Re-dating of pottery in PNG changes history on Lapita people
A discovery in Papua New Guinea has scientists re-writing the history of the movement of Lapita people across the Pacific.
The current theory that Lapita people quickly moved on from the PNG coastline to the Bismarck Archipelago and other Pacific islands is now in doubt, after pottery pieces found 40 years ago were re-dated.
The lead author of the paper, Dylan Gaffney, from New Zealand's University of Otago, told Alex Perrottet the pieces are over 3000 years old.
DYLAN GAFFNEY: "And what we did was we re-dated some of the sites and did a geochecmical analysis on some of the ancient pottery that was dug up. These are telling us that, the significant finding is that Austronesian speakers, who are the ancestors of the Pacific Islanders, on their way out of Taiwan into the Pacific about 4000, 3000 years ago, they didn't just skirt the the coast of New Guinea as we originally thought. They actually penetrated inland and had some real influence with inland populations who had been there for about 50,000 years. These new findings are showing that Austronesian do have an impact on their way into the Bismarck and the Pacific. They had an impact on mainland New Guinea, there was interaction between populations and people."
ALEX PERROTTET: And how far inland are we talking there, you're talking about the north coast of Papua New Guinea, how far inland are these particular artefacts being found?
DG: So these pottery shards we found are right into the remote interior of the New Guinea highlands, so it's right inland and we've sourced the pottery in geochemical studies so some of the pottery is coming from coastal sources on the north east coast of New Guinea and some of it is being produced in the interior, so either the highlands or the foothill areas of New Guinea of the interior, so it's suggesting that Austronesian potters moved into the interior as well as onto the coast. And from there they started making pottery, trading pots and interacting with existing populations.
AP: And finally can you tell me something about the actual method of dating, obviously we've got better systems these days and the radio-carbon re-dating is able to find that these artefacts are far older than what we thought. What's the process and what's the technology that you're using?

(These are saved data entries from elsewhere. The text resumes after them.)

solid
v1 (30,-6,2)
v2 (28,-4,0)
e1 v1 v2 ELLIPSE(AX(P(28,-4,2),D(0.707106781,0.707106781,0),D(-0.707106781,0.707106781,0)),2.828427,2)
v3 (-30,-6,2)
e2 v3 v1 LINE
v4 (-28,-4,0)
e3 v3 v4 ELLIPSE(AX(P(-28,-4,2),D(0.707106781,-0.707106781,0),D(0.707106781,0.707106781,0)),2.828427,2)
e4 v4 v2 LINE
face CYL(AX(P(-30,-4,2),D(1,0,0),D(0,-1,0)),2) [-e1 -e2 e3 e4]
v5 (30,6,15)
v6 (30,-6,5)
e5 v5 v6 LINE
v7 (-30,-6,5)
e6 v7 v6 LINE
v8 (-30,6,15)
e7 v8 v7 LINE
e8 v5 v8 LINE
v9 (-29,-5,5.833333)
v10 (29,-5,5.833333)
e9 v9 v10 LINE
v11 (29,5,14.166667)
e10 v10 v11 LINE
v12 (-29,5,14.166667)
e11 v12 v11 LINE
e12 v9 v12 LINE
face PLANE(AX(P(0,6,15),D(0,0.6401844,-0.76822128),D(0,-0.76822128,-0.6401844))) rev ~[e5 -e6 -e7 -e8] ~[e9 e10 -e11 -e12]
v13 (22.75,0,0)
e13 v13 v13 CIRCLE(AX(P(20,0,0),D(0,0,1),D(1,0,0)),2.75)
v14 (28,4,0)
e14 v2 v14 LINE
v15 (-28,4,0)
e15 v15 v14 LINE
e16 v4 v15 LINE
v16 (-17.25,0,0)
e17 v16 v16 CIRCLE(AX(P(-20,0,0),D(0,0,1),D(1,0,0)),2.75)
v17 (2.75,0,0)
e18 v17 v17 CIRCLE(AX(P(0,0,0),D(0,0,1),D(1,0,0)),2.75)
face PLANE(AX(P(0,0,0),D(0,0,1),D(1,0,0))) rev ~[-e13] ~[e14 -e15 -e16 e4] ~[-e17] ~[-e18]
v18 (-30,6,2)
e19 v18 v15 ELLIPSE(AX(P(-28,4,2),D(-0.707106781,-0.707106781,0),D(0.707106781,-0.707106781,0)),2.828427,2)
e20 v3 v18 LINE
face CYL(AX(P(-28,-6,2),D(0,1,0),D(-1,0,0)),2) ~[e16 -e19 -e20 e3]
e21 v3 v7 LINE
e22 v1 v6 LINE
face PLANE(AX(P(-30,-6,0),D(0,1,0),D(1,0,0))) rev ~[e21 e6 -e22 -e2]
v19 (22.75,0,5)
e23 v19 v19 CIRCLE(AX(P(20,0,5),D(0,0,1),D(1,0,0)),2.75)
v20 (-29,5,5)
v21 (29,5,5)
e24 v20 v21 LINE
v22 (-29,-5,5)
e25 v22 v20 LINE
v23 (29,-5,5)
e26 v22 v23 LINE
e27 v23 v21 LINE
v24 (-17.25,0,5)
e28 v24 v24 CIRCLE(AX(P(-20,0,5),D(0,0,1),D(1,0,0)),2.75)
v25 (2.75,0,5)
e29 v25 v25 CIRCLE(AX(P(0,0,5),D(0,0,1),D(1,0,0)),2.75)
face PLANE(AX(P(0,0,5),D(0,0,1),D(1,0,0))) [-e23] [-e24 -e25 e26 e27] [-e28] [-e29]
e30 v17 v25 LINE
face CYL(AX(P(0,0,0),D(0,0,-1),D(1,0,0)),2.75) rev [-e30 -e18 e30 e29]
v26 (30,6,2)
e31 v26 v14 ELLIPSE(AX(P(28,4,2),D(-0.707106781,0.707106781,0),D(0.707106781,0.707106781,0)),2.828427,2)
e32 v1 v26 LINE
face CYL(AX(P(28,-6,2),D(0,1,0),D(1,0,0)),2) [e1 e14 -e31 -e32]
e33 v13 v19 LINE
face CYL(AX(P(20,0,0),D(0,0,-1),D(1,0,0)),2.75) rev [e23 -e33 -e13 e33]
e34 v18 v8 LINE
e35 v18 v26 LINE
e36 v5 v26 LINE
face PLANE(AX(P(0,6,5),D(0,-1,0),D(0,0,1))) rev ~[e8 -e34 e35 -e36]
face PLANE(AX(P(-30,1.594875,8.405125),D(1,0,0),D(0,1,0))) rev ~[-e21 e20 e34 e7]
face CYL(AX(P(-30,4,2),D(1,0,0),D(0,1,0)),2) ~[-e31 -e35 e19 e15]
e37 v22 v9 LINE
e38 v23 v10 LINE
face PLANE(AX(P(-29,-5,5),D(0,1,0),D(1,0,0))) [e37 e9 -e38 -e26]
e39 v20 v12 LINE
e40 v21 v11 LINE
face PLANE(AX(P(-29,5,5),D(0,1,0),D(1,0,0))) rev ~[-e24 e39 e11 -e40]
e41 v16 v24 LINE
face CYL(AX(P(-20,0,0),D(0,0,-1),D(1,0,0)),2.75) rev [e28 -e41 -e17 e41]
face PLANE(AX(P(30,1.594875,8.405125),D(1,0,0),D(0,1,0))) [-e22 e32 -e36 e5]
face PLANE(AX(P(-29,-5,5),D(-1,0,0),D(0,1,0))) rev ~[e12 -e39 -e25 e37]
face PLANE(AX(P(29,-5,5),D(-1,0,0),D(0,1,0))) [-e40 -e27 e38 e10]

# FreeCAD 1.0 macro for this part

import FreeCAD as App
import Part
import Sketcher
Q = App.Units.Quantity


def edges_at(feature, points):
    """Names of the edges that pass closest to the given points."""
    edges = feature.Shape.Edges
    near = lambda p: min(range(len(edges)), key=lambda i: edges[i].distToShape(Part.Vertex(*p))[0])
    return sorted({f"Edge{near(p) + 1}" for p in points})


def add_polygon(sketch, points):
    """Adds a closed chain of lines whose ends are joined by coincident constraints."""
    first, n = sketch.GeometryCount, len(points)
    for a, b in zip(points, points[1:] + points[:1]):
        sketch.addGeometry(Part.LineSegment(App.Vector(*a, 0), App.Vector(*b, 0)), False)
    for i in range(n):
        sketch.addConstraint(Sketcher.Constraint("Coincident", first + i, 2, first + (i + 1) % n, 1))

doc = App.newDocument("Part")
body = doc.addObject("PartDesign::Body", "Body")

# Sketch on XY plane
sketch1 = body.newObject("Sketcher::SketchObject", "Sketch")
sketch1.AttachmentSupport = (doc.getObject("XY_Plane"), [""])
sketch1.MapMode = "FlatFace"
add_polygon(sketch1, [(-30, 6), (-30, -6), (30, -6), (30, 6)])  # lines 0-3
sketch1.addGeometry(Part.Circle(App.Vector(-20, 0, 0), App.Vector(0, 0, 1), 2.8), False)  # 4
sketch1.addGeometry(Part.Circle(App.Vector(0, 0, 0), App.Vector(0, 0, 1), 2.8), False)  # 5
sketch1.addGeometry(Part.Circle(App.Vector(20, 0, 0), App.Vector(0, 0, 1), 2.8), False)  # 6
sketch1.addConstraint(Sketcher.Constraint("Vertical", 0))
sketch1.addConstraint(Sketcher.Constraint("Horizontal", 1))
sketch1.addConstraint(Sketcher.Constraint("Vertical", 2))
sketch1.addConstraint(Sketcher.Constraint("Horizontal", 3))
sketch1.addConstraint(Sketcher.Constraint("Coincident", 5, 3, -1, 1))
sketch1.addConstraint(Sketcher.Constraint("Equal", 4, 5))
sketch1.addConstraint(Sketcher.Constraint("Equal", 5, 6))
sketch1.addConstraint(Sketcher.Constraint("Symmetric", 4, 3, 6, 3, -1, 1))
sketch1.addConstraint(Sketcher.Constraint("Symmetric", 0, 2, 2, 2, -1, 1))
sketch1.addConstraint(Sketcher.Constraint("PointOnObject", 4, 3, -1))
sketch1.addConstraint(Sketcher.Constraint("Diameter", 4, Q("5.5 mm")))
sketch1.addConstraint(Sketcher.Constraint("DistanceX", 1, 1, 1, 2, Q("60 mm")))
sketch1.addConstraint(Sketcher.Constraint("DistanceY", 0, 2, 0, 1, Q("12 mm")))
sketch1.addConstraint(Sketcher.Constraint("DistanceX", 4, 3, -1, 1, Q("20 mm")))
pad1 = body.newObject("PartDesign::Pad", "Pad")
pad1.Profile = sketch1
pad1.Length = 5

# Sketch on YZ plane
sketch2 = body.newObject("Sketcher::SketchObject", "Sketch001")
sketch2.AttachmentSupport = (doc.getObject("YZ_Plane"), [""])
sketch2.MapMode = "FlatFace"
add_polygon(sketch2, [(6, 15), (-6, 5), (6, 5)])  # lines 0-2
sketch2.addConstraint(Sketcher.Constraint("Horizontal", 1))
sketch2.addConstraint(Sketcher.Constraint("Vertical", 2))
sketch2.addConstraint(Sketcher.Constraint("DistanceX", 1, 1, 1, 2, Q("12 mm")))
sketch2.addConstraint(Sketcher.Constraint("DistanceY", 2, 1, 2, 2, Q("10 mm")))
sketch2.addConstraint(Sketcher.Constraint("DistanceX", 0, 2, -1, 1, Q("6 mm")))
sketch2.addConstraint(Sketcher.Constraint("DistanceY", -1, 1, 0, 2, Q("5 mm")))
pad2 = body.newObject("PartDesign::Pad", "Pad001")
pad2.Profile = sketch2
pad2.Type = "TwoLengths"
pad2.Length = 30
pad2.Length2 = 30
pad2.Reversed = True

# Sketch on XY plane
sketch3 = body.newObject("Sketcher::SketchObject", "Sketch002")
sketch3.AttachmentSupport = (doc.getObject("XY_Plane"), [""])
sketch3.MapMode = "FlatFace"
sketch3.AttachmentOffset = App.Placement(App.Vector(0, 0, 5), App.Rotation())
add_polygon(sketch3, [(-29, 5), (-29, -5), (29, -5), (29, 5)])  # lines 0-3
sketch3.addConstraint(Sketcher.Constraint("Vertical", 0))
sketch3.addConstraint(Sketcher.Constraint("Horizontal", 1))
sketch3.addConstraint(Sketcher.Constraint("Vertical", 2))
sketch3.addConstraint(Sketcher.Constraint("Horizontal", 3))
sketch3.addConstraint(Sketcher.Constraint("Symmetric", 0, 2, 2, 2, -1, 1))
sketch3.addConstraint(Sketcher.Constraint("DistanceX", 1, 1, 1, 2, Q("58 mm")))
sketch3.addConstraint(Sketcher.Constraint("DistanceY", 0, 2, 0, 1, Q("10 mm")))
pocket1 = body.newObject("PartDesign::Pocket", "Pocket")
pocket1.Profile = sketch3
pocket1.Length = 10.001
pocket1.Reversed = True
doc.recompute()

fillet = body.newObject("PartDesign::Fillet", "Fillet")
fillet.Base = (pocket1, edges_at(pocket1, [
    (0, 6, 0),
    (30, 0, 0),
    (0, -6, 0),
    (-30, 0, 0),
]))
fillet.Radius = 2

doc.recompute()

DG: What we do is we date charcoal and remains through radio carbon dating, so this is dating by association, so essentially when you have a large ... with pottery in it, and you have associated with that charcoal you might have a half-feature... and that tells you by association how old the artefacts in that layer are. So we did a process of strategically re-dating certain charcoal fragments which told us that the pottery was in fact 3000 or over 3000 years old.